My friend is running all thesis system in his Audi A5 - linked with Mobridge and it work seamless with Full digital...... hopefully they get you a updated version for your car.


Nice looking system, clean wiring. is that box bandpass?


----------



## Coppertone (Oct 4, 2011)

Wow a Mercedes .Benz wagon that is a manual, love it....


----------



## req (Aug 4, 2007)

very cool


----------



## krotzn (Nov 19, 2011)

tuner culture said:


> Nice looking system, clean wiring. is that box bandpass?
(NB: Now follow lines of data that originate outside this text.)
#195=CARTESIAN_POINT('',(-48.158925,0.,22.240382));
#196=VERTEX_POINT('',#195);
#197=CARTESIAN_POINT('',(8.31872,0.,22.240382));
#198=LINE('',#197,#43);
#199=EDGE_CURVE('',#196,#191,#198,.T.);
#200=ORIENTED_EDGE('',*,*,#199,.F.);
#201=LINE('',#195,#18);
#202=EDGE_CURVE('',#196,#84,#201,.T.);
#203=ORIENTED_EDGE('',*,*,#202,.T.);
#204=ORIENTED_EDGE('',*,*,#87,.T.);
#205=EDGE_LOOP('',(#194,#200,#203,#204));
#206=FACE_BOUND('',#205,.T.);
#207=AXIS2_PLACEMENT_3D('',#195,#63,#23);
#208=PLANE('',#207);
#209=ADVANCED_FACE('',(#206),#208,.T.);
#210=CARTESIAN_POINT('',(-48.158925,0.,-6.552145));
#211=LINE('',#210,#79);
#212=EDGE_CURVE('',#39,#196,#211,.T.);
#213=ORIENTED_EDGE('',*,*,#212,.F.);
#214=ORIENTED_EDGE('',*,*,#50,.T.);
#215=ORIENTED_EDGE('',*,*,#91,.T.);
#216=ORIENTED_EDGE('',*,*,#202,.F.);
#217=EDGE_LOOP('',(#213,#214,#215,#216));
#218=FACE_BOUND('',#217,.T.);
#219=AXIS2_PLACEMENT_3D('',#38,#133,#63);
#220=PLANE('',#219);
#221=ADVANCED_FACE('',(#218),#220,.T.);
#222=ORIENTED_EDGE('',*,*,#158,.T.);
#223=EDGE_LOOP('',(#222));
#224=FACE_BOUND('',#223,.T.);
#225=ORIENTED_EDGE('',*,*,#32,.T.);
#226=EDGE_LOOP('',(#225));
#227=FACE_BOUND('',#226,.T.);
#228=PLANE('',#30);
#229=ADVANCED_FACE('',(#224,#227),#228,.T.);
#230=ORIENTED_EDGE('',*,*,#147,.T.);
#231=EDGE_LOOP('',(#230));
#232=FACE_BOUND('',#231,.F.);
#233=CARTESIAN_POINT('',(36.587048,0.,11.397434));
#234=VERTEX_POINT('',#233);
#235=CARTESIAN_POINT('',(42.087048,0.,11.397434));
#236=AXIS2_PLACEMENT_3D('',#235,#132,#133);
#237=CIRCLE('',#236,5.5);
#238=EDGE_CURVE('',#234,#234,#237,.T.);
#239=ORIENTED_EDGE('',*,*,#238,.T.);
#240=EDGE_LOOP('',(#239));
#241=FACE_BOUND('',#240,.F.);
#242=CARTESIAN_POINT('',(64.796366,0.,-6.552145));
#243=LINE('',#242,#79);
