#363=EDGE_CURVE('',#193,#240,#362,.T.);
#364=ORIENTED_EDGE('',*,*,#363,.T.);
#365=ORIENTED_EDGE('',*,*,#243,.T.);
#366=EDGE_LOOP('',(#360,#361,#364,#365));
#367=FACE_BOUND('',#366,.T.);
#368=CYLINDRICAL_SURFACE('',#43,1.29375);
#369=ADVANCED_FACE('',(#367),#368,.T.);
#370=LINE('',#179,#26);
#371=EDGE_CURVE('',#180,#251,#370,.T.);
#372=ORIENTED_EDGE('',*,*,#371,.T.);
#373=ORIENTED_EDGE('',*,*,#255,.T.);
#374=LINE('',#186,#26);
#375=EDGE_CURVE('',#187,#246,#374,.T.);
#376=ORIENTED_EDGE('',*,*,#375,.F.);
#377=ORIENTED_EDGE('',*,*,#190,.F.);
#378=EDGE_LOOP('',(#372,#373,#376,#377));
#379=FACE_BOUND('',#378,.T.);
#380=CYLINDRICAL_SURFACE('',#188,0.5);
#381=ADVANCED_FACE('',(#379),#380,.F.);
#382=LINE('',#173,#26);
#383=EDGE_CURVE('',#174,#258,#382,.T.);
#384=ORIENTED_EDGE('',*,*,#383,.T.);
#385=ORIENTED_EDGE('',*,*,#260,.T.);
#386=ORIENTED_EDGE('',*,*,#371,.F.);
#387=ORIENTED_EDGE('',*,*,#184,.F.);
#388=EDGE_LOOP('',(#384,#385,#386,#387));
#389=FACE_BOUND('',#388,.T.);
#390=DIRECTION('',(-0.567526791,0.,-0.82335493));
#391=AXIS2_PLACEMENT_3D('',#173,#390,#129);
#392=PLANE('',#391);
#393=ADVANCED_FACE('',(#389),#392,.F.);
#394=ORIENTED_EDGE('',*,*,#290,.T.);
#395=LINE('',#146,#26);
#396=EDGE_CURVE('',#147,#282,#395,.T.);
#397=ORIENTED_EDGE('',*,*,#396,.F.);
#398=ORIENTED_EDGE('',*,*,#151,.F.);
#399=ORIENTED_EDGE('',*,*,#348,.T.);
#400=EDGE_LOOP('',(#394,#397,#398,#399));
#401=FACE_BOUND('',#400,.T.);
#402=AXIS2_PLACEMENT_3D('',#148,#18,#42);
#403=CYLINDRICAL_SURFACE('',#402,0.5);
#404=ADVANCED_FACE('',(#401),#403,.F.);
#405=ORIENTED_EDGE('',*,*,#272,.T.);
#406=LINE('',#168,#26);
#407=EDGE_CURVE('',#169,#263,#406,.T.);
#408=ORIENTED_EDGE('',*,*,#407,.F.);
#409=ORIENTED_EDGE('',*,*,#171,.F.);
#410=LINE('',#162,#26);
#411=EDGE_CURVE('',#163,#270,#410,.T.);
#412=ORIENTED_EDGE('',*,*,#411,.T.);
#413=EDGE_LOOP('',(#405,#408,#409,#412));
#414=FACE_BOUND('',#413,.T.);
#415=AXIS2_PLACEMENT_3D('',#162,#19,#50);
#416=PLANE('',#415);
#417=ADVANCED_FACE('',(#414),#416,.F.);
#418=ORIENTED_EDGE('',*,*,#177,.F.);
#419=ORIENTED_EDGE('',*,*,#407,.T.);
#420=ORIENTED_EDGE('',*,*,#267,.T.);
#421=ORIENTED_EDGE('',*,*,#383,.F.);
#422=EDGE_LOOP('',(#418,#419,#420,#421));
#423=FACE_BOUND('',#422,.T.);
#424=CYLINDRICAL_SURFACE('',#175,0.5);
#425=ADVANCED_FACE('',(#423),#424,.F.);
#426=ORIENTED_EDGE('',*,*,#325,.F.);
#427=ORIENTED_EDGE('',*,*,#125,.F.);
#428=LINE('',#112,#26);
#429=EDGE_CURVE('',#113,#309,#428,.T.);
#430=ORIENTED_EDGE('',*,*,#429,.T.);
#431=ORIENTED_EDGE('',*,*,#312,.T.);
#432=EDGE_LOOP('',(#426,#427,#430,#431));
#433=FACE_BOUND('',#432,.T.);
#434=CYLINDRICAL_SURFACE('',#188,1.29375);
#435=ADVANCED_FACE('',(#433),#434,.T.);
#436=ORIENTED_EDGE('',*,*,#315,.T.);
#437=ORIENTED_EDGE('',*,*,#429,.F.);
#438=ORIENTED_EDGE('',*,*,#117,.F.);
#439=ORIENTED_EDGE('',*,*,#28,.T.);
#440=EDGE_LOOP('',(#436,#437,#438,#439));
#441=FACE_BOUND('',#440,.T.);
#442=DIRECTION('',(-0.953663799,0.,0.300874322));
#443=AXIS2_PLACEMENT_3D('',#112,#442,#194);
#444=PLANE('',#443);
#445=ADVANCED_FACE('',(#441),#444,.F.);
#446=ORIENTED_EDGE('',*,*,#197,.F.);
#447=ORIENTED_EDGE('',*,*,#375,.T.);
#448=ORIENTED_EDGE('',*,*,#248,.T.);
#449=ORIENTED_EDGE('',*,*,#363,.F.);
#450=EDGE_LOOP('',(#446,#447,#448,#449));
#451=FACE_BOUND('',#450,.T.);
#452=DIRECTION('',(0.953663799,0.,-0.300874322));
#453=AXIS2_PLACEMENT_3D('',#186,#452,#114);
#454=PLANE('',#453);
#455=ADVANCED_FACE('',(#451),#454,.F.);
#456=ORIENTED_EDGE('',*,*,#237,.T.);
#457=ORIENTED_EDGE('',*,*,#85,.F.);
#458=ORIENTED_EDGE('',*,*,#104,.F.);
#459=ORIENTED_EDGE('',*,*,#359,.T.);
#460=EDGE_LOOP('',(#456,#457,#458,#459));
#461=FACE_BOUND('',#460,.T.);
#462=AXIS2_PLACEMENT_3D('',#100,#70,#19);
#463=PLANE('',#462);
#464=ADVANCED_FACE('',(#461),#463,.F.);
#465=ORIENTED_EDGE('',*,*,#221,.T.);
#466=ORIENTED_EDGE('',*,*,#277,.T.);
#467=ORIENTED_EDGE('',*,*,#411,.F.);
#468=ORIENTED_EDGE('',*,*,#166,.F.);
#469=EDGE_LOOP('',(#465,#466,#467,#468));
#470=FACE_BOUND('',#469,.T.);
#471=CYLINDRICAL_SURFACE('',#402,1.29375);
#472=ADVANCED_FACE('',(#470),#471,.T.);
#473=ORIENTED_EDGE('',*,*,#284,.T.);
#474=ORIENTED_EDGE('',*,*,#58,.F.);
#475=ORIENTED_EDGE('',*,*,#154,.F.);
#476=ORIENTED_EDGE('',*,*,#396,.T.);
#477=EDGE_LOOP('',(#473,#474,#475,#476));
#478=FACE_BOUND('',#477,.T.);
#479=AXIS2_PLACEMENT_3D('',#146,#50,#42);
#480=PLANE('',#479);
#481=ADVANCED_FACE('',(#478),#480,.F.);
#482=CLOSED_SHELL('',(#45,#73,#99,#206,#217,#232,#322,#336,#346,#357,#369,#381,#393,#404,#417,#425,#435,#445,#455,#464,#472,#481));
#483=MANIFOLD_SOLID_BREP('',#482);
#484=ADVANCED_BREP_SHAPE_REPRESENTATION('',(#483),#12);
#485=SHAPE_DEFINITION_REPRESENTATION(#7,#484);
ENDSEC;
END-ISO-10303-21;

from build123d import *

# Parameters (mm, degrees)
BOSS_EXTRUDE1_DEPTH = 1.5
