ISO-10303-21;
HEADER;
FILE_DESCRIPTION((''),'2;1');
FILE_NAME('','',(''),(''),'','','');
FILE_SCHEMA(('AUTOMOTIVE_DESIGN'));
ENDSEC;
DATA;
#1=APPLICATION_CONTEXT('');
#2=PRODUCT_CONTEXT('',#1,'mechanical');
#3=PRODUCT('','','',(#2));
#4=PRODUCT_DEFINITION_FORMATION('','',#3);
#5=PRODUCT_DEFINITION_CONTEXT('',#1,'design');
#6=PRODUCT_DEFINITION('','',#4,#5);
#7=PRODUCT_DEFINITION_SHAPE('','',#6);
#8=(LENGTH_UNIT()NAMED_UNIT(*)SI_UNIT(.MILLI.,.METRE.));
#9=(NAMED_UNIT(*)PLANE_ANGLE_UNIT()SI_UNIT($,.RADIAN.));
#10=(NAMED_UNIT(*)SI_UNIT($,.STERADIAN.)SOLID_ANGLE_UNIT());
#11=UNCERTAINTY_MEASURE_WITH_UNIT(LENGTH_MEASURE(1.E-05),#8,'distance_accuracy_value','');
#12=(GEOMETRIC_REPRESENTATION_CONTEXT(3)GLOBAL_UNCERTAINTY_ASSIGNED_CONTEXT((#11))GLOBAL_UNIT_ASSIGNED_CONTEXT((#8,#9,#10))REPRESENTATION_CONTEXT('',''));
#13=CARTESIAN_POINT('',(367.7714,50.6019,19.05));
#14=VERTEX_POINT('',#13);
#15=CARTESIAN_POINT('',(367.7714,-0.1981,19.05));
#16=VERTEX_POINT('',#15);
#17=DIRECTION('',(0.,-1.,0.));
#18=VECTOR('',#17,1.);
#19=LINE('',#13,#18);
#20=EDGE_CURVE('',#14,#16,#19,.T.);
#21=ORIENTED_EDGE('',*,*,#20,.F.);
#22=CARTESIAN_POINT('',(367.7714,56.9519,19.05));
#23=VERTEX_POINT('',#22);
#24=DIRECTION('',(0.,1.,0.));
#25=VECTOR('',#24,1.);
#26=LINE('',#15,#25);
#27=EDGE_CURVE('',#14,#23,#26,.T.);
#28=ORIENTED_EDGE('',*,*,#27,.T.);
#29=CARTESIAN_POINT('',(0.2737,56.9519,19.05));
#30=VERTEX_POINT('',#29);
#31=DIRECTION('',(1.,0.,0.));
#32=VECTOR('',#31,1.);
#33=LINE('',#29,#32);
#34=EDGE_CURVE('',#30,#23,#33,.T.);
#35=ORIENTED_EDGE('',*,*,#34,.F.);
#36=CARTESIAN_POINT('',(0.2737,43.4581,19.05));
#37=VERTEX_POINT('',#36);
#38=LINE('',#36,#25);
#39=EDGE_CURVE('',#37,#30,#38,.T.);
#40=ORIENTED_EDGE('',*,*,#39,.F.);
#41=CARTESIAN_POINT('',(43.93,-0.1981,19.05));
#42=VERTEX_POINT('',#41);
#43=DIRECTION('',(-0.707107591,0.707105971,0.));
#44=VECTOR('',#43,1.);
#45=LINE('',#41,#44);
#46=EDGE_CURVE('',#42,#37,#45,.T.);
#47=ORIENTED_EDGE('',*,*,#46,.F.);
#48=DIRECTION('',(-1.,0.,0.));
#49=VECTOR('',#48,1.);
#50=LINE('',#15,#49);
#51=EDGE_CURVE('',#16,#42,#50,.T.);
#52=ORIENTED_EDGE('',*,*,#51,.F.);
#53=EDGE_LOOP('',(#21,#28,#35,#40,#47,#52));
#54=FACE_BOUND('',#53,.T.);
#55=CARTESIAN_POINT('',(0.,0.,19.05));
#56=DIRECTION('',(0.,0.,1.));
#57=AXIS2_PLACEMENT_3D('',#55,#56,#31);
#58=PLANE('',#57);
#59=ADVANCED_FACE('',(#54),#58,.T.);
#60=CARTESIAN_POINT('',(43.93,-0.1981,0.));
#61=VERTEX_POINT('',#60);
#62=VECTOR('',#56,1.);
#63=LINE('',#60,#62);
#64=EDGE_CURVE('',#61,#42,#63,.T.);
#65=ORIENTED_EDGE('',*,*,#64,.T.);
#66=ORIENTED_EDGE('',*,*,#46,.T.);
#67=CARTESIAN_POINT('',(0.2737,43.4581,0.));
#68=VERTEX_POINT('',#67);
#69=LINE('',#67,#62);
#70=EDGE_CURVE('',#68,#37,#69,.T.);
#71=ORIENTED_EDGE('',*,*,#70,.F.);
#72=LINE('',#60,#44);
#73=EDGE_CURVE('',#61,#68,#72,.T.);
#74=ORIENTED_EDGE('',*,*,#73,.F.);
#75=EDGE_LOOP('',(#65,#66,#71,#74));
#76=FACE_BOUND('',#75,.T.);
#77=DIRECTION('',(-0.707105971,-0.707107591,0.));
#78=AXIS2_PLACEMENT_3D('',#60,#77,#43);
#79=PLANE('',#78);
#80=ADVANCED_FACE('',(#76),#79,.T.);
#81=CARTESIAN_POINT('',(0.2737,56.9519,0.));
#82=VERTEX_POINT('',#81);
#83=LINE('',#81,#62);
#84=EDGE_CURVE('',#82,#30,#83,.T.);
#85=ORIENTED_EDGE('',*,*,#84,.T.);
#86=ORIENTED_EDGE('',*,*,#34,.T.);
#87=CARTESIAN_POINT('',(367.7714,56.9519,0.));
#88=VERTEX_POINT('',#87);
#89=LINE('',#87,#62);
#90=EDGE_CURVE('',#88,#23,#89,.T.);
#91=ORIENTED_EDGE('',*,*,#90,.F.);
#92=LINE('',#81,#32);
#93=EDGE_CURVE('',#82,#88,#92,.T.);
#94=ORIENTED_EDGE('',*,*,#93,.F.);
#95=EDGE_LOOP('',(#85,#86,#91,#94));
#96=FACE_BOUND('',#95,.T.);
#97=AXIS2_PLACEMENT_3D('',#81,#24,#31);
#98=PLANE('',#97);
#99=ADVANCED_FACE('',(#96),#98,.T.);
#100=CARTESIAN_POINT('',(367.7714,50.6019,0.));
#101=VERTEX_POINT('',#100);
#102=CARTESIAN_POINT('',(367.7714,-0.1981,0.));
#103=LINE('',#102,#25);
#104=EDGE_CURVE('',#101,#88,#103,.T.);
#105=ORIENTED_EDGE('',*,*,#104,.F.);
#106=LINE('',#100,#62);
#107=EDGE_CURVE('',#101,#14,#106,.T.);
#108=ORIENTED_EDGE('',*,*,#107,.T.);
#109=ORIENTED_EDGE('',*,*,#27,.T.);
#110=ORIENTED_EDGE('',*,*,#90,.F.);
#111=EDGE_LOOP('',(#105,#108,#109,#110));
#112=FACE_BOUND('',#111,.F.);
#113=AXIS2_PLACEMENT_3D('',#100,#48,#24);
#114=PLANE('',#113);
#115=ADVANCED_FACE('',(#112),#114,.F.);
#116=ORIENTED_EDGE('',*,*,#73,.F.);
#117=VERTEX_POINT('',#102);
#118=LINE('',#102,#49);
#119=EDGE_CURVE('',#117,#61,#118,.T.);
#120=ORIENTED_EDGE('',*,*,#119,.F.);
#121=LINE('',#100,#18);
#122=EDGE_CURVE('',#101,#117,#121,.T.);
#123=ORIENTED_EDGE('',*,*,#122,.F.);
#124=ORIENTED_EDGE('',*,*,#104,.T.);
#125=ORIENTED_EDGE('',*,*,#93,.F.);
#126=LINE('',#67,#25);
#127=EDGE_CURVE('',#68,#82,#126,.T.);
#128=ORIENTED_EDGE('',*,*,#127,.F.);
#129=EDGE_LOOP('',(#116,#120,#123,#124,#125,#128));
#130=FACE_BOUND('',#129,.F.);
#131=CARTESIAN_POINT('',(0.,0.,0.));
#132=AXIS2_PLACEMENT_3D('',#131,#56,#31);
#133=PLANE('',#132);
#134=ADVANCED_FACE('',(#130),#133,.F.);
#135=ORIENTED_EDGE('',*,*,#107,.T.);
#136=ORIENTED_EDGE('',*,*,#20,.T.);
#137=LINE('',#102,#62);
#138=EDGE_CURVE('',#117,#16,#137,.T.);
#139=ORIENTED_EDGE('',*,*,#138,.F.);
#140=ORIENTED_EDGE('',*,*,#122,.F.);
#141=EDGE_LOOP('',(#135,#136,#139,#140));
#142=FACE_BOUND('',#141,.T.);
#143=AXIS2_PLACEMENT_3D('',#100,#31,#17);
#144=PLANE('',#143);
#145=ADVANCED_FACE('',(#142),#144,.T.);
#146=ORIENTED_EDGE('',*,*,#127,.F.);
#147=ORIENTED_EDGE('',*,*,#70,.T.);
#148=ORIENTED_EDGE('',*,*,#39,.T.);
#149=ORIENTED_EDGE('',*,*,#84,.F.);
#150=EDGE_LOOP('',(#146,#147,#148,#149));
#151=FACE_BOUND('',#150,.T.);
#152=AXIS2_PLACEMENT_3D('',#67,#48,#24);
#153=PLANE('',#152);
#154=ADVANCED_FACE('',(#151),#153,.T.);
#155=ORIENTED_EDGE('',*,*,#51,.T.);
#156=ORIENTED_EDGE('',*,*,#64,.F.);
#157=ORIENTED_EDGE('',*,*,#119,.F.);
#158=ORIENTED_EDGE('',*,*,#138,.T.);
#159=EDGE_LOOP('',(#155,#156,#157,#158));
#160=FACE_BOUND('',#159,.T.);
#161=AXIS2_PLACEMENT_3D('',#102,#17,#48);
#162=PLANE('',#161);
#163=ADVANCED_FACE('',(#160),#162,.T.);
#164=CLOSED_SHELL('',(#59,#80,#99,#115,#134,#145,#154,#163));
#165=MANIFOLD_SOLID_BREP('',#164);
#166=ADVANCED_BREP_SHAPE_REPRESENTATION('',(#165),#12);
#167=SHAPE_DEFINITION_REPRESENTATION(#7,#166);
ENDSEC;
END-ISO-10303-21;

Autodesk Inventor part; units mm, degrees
ref_plane "YZ Plane" through (0, 0, 0) normal (1, 0, 0) x (0, 1, 0)
ref_plane "XZ Plane" through (0, 0, 0) normal (0, 1, 0) x (-1, 0, 0)
ref_plane "XY Plane" through (0, 0, 0) normal (0, 0, 1) x (1, 0, 0)
sketch "Sketch1" plane through (0, 0, 0) normal (0, 0, 1) x (1, 0, 0)
  line L0 (367.7714, 50.6019) -> (367.7714, -0.1981)
  line L1 (367.7714, -0.1981) -> (367.7714, 56.9519)
  line L2 (367.7714, 56.9519) -> (367.7714, -0.1981)
  line L3 (367.7714, -0.1981) -> (43.93, -0.1981)
  line L4 (43.93, -0.1981) -> (0.2737, 43.4581)
  line L5 (0.2737, 43.4581) -> (0.2737, 56.9519)
  line L6 (0.2737, 56.9519) -> (367.7714, 56.9519)
  point P0 (0, 0)
extrude "Extrusion1" add sketch "Sketch1" along normal blind 19.05
properties part number "nd-17"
Right. 20l closed and 40l bass-reflex.


----------



## krotzn (Nov 19, 2011)

Coppertone said:


> Wow a Mercedes .Benz wagon that is a manual, love it....


Don't know what's so funny on that. I would like to have an automatic gear shift but it's just the manual... :blush:


----------



## trojan fan (Nov 4, 2007)

WOW!!! that is a very nice install...thank you for sharing it with us


----------



## jayhawkblk (May 29, 2007)

krotzn said:


> Don't know what's so funny on that. I would like to have an automatic gear shift but it's just the manual... :blush:


That is because here in the US we don't get the manual and we would want one so it is rare to see it thats all.


----------



## Thrill_House (Nov 20, 2008)

I am in love with this new setup, absolutely stellar! One question for you, are the midrange enclosures sealed or do they vent into the door cavity?


----------



## sydmonster (Oct 5, 2009)

VERY nice & classy install! Great front stage work, all drivers seem perfectly on axis!


----------



## krotzn (Nov 19, 2011)

Thank you all. I'll try to post later some more pics of the build...


----------



## krotzn (Nov 19, 2011)

Thrill_House said:


> One question for you, are the midrange enclosures sealed or do they vent into the door cavity?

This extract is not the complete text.